These steps help us identify missing data in the dataset and to understand the extent of ‘missingness’ in the data. Depending on the amount and pattern of missing data, we can decide on the most appropriate way to handle the missing data.
Handle any missing values
So we have a problem in our dataset. Some elements contain missing values.
If we’ve identified that there is missing data in our dataset, we now need to decide on the appropriate strategy to address missing data.
There are two main approaches to doing so:
One, called ‘imputation’, means that we create values and insert them in the missing spaces. We impute a value to replace the missing value.
The other approach is to remove records/observations where a missing value is present. In other words, if there’s a missing value, we ignore that observation (or delete it).
This is a complex issue and you should follow-up on this in your own time. For example, the ‘factual analysis’ method described below is useful where you know what the missing value should be.
Here are some of the techniques you may wish to follow-up. We’ll cover these in greater detail in the module B1705, during Semester 2.
Listwise Deletion: This involves removing the entire row of data if any single value is missing. It’s the simplest approach but can result in significant data loss.
Pairwise Deletion: This involves analysing all cases where the variables of interest are present and ignoring missing values. This is more efficient than listwise deletion because we don’t get rid of any observations, but can lead to biased results if the missing data isn’t completely random.
Mean/Median/Mode Imputation: Replacing missing values with the mean (for numerical data), median (for ordinal data), or mode (for categorical data) of the available values. This is easy to implement but can distort the distribution of data.
Predictive Imputation: Using statistical models like linear regression or machine learning techniques to predict and fill missing values based on other available data. This can be more accurate but requires robust models and significant computation.
Last Observation Carried Forward/Next Observation Carried Backward (LOCF/ NOCB): This is commonly used in time-series data where the missing value is filled with the last observed value or the next observed value. So for example, if we are missing data from an athlete for week 4, but we have that data for week 3, we could enter the same data into week 4.
Multiple Imputation: Generating multiple possible values for the missing data, creating multiple “complete” datasets, analysing each dataset separately, and then pooling the results. This technique is statistically sound and reduces bias but is complex to implement.
Interpolation: This method is mainly used in time series data, where missing values are filled based on the values in adjacent periods. In other words, we create a value for the ‘missing’ value that leads us from the previous value to the next value (e.g. 50 -75 - 100, assuming the middle observation was missing).
Hot Deck Imputation: Randomly choosing a value from a similar observation to replace the missing data. It’s more sophisticated than mean imputation but can still introduce bias.
For the remainder of this module, we will assume that the best approach is ‘listwise deletion’. This means that we delete any observations (rows) where there is a missing value in any of the cells. The problem with this approach is that, in smaller datasets, it may mean you get rid of lots of observations, thus reducing your dataset to a dangerously small level.

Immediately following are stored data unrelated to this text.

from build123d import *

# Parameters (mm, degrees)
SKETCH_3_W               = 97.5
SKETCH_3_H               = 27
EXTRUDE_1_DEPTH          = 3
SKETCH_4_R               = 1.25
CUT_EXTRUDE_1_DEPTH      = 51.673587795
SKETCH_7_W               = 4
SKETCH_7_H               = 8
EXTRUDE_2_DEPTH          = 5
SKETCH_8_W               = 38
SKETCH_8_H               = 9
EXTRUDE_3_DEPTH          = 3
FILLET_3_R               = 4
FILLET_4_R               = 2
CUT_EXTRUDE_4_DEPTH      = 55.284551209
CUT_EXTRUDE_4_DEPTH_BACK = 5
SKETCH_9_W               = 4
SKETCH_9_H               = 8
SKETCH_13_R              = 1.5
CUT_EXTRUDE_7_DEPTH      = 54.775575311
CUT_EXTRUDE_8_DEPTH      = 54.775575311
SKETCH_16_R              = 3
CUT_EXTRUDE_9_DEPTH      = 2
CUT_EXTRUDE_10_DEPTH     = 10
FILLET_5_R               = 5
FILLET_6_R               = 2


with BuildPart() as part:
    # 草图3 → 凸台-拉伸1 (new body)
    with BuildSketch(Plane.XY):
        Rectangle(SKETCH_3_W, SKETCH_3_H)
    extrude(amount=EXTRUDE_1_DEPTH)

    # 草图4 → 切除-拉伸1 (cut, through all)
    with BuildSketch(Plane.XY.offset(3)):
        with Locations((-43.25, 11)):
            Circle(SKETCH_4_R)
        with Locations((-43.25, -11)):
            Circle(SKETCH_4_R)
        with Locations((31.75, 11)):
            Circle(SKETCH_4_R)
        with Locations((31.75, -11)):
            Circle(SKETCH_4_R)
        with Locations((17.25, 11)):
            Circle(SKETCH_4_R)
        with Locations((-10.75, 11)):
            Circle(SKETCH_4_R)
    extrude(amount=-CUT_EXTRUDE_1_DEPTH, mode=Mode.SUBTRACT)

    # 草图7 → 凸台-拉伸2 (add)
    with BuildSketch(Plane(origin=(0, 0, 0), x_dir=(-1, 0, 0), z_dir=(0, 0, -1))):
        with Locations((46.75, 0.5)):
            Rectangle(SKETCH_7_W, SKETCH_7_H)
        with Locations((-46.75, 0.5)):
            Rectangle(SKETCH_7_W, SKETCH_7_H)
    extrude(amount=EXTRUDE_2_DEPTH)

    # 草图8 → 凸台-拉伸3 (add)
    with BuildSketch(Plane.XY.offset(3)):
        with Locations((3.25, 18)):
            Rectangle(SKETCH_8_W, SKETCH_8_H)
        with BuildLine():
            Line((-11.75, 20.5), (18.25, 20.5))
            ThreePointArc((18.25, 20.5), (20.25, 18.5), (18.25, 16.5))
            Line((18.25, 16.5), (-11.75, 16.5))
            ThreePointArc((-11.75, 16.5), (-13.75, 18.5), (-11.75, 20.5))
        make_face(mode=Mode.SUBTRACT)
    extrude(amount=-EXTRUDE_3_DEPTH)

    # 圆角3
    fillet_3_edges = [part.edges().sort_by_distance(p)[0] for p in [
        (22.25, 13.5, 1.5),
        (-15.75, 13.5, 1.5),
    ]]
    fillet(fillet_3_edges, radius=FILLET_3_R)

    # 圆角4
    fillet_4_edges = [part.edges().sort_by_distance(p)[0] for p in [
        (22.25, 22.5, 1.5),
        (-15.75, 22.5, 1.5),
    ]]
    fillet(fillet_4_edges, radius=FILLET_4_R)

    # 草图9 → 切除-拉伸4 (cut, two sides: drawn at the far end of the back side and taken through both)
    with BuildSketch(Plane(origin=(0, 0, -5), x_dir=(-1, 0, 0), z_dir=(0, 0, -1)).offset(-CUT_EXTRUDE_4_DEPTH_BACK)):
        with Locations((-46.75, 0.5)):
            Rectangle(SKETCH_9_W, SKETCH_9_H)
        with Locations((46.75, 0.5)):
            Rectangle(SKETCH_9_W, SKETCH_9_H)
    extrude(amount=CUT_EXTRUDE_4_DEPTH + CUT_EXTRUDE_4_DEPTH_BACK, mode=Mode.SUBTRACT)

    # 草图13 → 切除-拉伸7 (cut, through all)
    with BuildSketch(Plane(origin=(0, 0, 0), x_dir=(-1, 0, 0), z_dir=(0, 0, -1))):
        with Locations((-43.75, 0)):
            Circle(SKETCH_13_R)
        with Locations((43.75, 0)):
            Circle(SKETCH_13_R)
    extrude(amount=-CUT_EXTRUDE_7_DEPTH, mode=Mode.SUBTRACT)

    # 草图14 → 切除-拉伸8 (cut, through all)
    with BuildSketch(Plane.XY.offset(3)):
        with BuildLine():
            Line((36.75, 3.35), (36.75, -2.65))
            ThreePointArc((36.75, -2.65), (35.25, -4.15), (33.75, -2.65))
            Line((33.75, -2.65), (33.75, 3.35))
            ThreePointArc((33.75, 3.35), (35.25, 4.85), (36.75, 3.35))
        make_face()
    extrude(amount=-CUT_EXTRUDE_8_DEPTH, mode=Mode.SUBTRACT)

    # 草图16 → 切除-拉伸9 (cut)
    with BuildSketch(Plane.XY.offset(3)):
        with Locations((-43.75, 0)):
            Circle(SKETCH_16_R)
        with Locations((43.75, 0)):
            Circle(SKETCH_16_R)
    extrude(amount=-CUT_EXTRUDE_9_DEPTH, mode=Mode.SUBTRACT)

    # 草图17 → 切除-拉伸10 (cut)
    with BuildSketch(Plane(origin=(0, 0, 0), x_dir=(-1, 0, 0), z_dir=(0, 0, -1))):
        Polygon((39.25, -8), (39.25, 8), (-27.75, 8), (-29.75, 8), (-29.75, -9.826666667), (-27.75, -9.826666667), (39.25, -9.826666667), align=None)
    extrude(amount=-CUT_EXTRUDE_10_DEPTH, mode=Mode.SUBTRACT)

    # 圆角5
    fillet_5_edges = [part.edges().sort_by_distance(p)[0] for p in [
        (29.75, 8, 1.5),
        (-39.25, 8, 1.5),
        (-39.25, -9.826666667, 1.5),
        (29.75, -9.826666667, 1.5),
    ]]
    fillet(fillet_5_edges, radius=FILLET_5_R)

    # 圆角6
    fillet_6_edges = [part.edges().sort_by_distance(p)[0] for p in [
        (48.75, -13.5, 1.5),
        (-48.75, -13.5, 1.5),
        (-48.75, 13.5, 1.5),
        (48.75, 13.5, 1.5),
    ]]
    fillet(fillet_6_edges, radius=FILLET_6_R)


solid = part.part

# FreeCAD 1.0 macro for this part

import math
import FreeCAD as App
import Part
import Sketcher
Q = App.Units.Quantity


def edges_at(feature, points):
    """Names of the edges that pass closest to the given points."""
    edges = feature.Shape.Edges
    near = lambda p: min(range(len(edges)), key=lambda i: edges[i].distToShape(Part.Vertex(*p))[0])
    return sorted({f"Edge{near(p) + 1}" for p in points})

doc = App.newDocument("Part")
params = doc.addObject("Spreadsheet::Sheet", "Params")
for row, (alias, value) in enumerate([
    ("sketch1_height", "27 mm"),
    ("sketch1_width", "97.5 mm"),
    ("pad1_length", "3 mm"),
    ("sketch2_diameter", "2.5 mm"),
    ("sketch3_width", "4 mm"),
    ("sketch3_height", "8 mm"),
    ("pad2_length", "5 mm"),
    ("sketch4_radius", "2 mm"),
    ("sketch4_width", "38 mm"),
    ("sketch4_width2", "30 mm"),
    ("sketch4_height", "9 mm"),
    ("pad3_length", "3 mm"),
    ("fillet_radius", "4 mm"),
    ("fillet2_radius", "2 mm"),
    ("sketch5_width", "4 mm"),
    ("sketch5_height", "8 mm"),
    ("pocket2_length", "55.284551 mm"),
    ("pocket2_length2", "5 mm"),
    ("sketch6_diameter", "3 mm"),
    ("sketch7_radius", "1.5 mm"),
    ("sketch7_height", "6 mm"),
    ("sketch8_diameter", "6 mm"),
    ("pocket5_length", "2 mm"),
    ("sketch9_width", "69 mm"),
    ("pocket6_length", "10 mm"),
    ("fillet3_radius", "5 mm"),
    ("fillet4_radius", "2 mm"),
], start=1):
    params.set(f"A{row}", alias)
    params.set(f"B{row}", "=" + value)
    params.setAlias(f"B{row}", alias)

body = doc.addObject("PartDesign::Body", "Body")

# Sketch on XY plane
sketch1 = doc.addObject("Sketcher::SketchObject", "Sketch")
body.addObject(sketch1)
sketch1.AttachmentSupport = (doc.XY_Plane, [""])
sketch1.MapMode = "FlatFace"
sketch1.addGeometry(Part.LineSegment(App.Vector(-49, 14, 0), App.Vector(-49, -14, 0)), False)
sketch1.addGeometry(Part.LineSegment(App.Vector(-49, -14, 0), App.Vector(49, -14, 0)), False)
sketch1.addGeometry(Part.LineSegment(App.Vector(49, -14, 0), App.Vector(49, 14, 0)), False)
sketch1.addGeometry(Part.LineSegment(App.Vector(49, 14, 0), App.Vector(-49, 14, 0)), False)
sketch1.addConstraint(Sketcher.Constraint("Coincident", 0, 2, 1, 1))
sketch1.addConstraint(Sketcher.Constraint("Coincident", 1, 2, 2, 1))
sketch1.addConstraint(Sketcher.Constraint("Coincident", 2, 2, 3, 1))
sketch1.addConstraint(Sketcher.Constraint("Coincident", 3, 2, 0, 1))
sketch1.addConstraint(Sketcher.Constraint("Vertical", 0))
sketch1.addConstraint(Sketcher.Constraint("Horizontal", 1))
sketch1.addConstraint(Sketcher.Constraint("Vertical", 2))
sketch1.addConstraint(Sketcher.Constraint("Horizontal", 3))
sketch1.addConstraint(Sketcher.Constraint("Symmetric", 0, 2, 2, 2, -1, 1))
sketch1.addConstraint(Sketcher.Constraint("DistanceY", 0, 2, 0, 1, Q("27 mm")))
sketch1.addConstraint(Sketcher.Constraint("DistanceX", 1, 1, 1, 2, Q("97.5 mm")))
sketch1.setExpression("Constraints[9]", "Params.sketch1_height")
sketch1.setExpression("Constraints[10]", "Params.sketch1_width")
pad1 = doc.addObject("PartDesign::Pad", "Pad")
body.addObject(pad1)
pad1.Profile = sketch1
pad1.setExpression("Length", "Params.pad1_length")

The simplest way to carry out listwise deletion is with the na.omit
command, as shown in the following code. You’ll see that it simply removes all the rows where there were missing values in **any* of the elements.
<- na.omit(data) # creates new datafame called data01 with only complete observations
data01 print(data01) # the resulting dataset is printed to the console.
id age gender
1 1 25 M
2 2 31 F
3 3 29 F
5 5 45 F
8 8 52 F
10 10 33 M
In the previous example, I created a new dataframe called ‘data01’ which had the missing observations removed. This is better than simply overwriting the existing dataframe (‘data’) as I might wish to return to that original dataframe later in the analysis.
Conclusion
In this section, we’ve discussed two main things: how to identify if there is missing data present in our dataset, and how to remove any rows that contain missing data.
14.5 Outlier Detection
‘Outliers’ are data points that significantly differ from the rest of the data. They are often caused by errors in data collection or data entry (the analyst enters 99 instead of 9), or they may represent genuine variations within the data (a player has an exceptional performance in a single game).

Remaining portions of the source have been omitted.